Only those lines in the data below from the line containing "face PLANE(AX(P(-76,10,-72.5),D(0,0,-1),D(-1,0,0))) [-e1" through the line containing "FreeCAD Python script", both included, should be restated word for word.

Records to process below:

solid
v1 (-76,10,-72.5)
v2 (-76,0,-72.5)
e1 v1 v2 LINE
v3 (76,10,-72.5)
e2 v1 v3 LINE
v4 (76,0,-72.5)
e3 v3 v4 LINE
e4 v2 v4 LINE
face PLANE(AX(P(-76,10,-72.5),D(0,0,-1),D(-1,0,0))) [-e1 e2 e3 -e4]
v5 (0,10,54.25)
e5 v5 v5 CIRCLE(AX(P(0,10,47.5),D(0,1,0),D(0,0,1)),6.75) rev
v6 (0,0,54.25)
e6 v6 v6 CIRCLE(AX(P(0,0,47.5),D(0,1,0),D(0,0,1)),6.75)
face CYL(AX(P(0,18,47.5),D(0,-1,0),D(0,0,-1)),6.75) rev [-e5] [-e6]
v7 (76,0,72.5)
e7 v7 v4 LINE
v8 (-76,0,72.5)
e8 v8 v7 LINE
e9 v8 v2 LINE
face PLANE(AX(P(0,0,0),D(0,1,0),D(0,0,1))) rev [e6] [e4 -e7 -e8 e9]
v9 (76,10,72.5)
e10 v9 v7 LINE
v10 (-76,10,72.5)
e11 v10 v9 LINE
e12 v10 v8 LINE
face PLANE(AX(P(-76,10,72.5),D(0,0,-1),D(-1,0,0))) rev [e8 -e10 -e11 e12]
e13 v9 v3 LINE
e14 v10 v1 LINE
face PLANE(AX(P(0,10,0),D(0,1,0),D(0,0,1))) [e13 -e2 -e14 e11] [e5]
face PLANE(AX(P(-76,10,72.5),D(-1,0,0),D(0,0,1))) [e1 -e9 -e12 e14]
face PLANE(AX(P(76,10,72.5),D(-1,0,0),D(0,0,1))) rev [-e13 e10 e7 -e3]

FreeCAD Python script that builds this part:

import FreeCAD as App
import Part
import Sketcher
from FreeCAD import Vector
Q = App.Units.Quantity


def add_polygon(sketch, points):
    """Adds a closed chain of lines whose ends are joined by coincident constraints."""
    first, n = sketch.GeometryCount, len(points)
    for a, b in zip(points, points[1:] + points[:1]):
        sketch.addGeometry(Part.LineSegment(App.Vector(*a, 0), App.Vector(*b, 0)), False)
    for i in range(n):
        sketch.addConstraint(Sketcher.Constraint("Coincident", first + i, 2, first + (i + 1) % n, 1))

doc = App.newDocument("Part")
body = doc.addObject("PartDesign::Body", "Body")

# Sketch on XZ plane
sketch1 = body.newObject("Sketcher::SketchObject", "Sketch")
sketch1.AttachmentSupport = (doc.getObject("XZ_Plane"), [""])
sketch1.MapMode = "FlatFace"
add_polygon(sketch1, [(-76, -72), (-76, 72), (76, 72), (76, -72)])  # lines 0-3
sketch1.addConstraint(Sketcher.Constraint("Vertical", 0))
sketch1.addConstraint(Sketcher.Constraint("Horizontal", 1))
sketch1.addConstraint(Sketcher.Constraint("Vertical", 2))
sketch1.addConstraint(Sketcher.Constraint("Horizontal", 3))
sketch1.addConstraint(Sketcher.Constraint("Symmetric", 0, 2, 2, 2, -1, 1))
sketch1.addConstraint(Sketcher.Constraint("DistanceX", 1, 1, 1, 2, Q("152 mm")))
sketch1.addConstraint(Sketcher.Constraint("DistanceY", 0, 1, 0, 2, Q("145 mm")))
pad1 = body.newObject("PartDesign::Pad", "Pad")
pad1.Profile = sketch1
pad1.Length = 10
pad1.Reversed = True

# Sketch on XZ plane
sketch2 = body.newObject("Sketcher::SketchObject", "Sketch001")
sketch2.AttachmentSupport = (doc.getObject("XZ_Plane"), [""])
sketch2.MapMode = "FlatFace"
sketch2.addGeometry(Part.Circle(Vector(0, 48, 0), Vector(0, 0, 1), 7), False)
sketch2.addConstraint(Sketcher.Constraint("PointOnObject", 0, 3, -2))
sketch2.addConstraint(Sketcher.Constraint("Diameter", 0, Q("13.5 mm")))
sketch2.addConstraint(Sketcher.Constraint("DistanceY", -1, 1, 0, 3, Q("47.5 mm")))
pocket1 = body.newObject("PartDesign::Pocket", "Pocket")
pocket1.Profile = sketch2
pocket1.Length = 18

doc.recompute()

End of Records to process.

### Answer space
face PLANE(AX(P(-76,10,-72.5),D(0,0,-1),D(-1,0,0))) [-e1 e2 e3 -e4]
v5 (0,10,54.25)
e5 v5 v5 CIRCLE(AX(P(0,10,47.5),D(0,1,0),D(0,0,1)),6.75) rev
v6 (0,0,54.25)
e6 v6 v6 CIRCLE(AX(P(0,0,47.5),D(0,1,0),D(0,0,1)),6.75)
face CYL(AX(P(0,18,47.5),D(0,-1,0),D(0,0,-1)),6.75) rev [-e5] [-e6]
v7 (76,0,72.5)
e7 v7 v4 LINE
v8 (-76,0,72.5)
e8 v8 v7 LINE
e9 v8 v2 LINE
face PLANE(AX(P(0,0,0),D(0,1,0),D(0,0,1))) rev [e6] [e4 -e7 -e8 e9]
v9 (76,10,72.5)
e10 v9 v7 LINE
v10 (-76,10,72.5)
e11 v10 v9 LINE
e12 v10 v8 LINE
face PLANE(AX(P(-76,10,72.5),D(0,0,-1),D(-1,0,0))) rev [e8 -e10 -e11 e12]
e13 v9 v3 LINE
e14 v10 v1 LINE
face PLANE(AX(P(0,10,0),D(0,1,0),D(0,0,1))) [e13 -e2 -e14 e11] [e5]
face PLANE(AX(P(-76,10,72.5),D(-1,0,0),D(0,0,1))) [e1 -e9 -e12 e14]
face PLANE(AX(P(76,10,72.5),D(-1,0,0),D(0,0,1))) rev [-e13 e10 e7 -e3]

FreeCAD Python script that builds this part:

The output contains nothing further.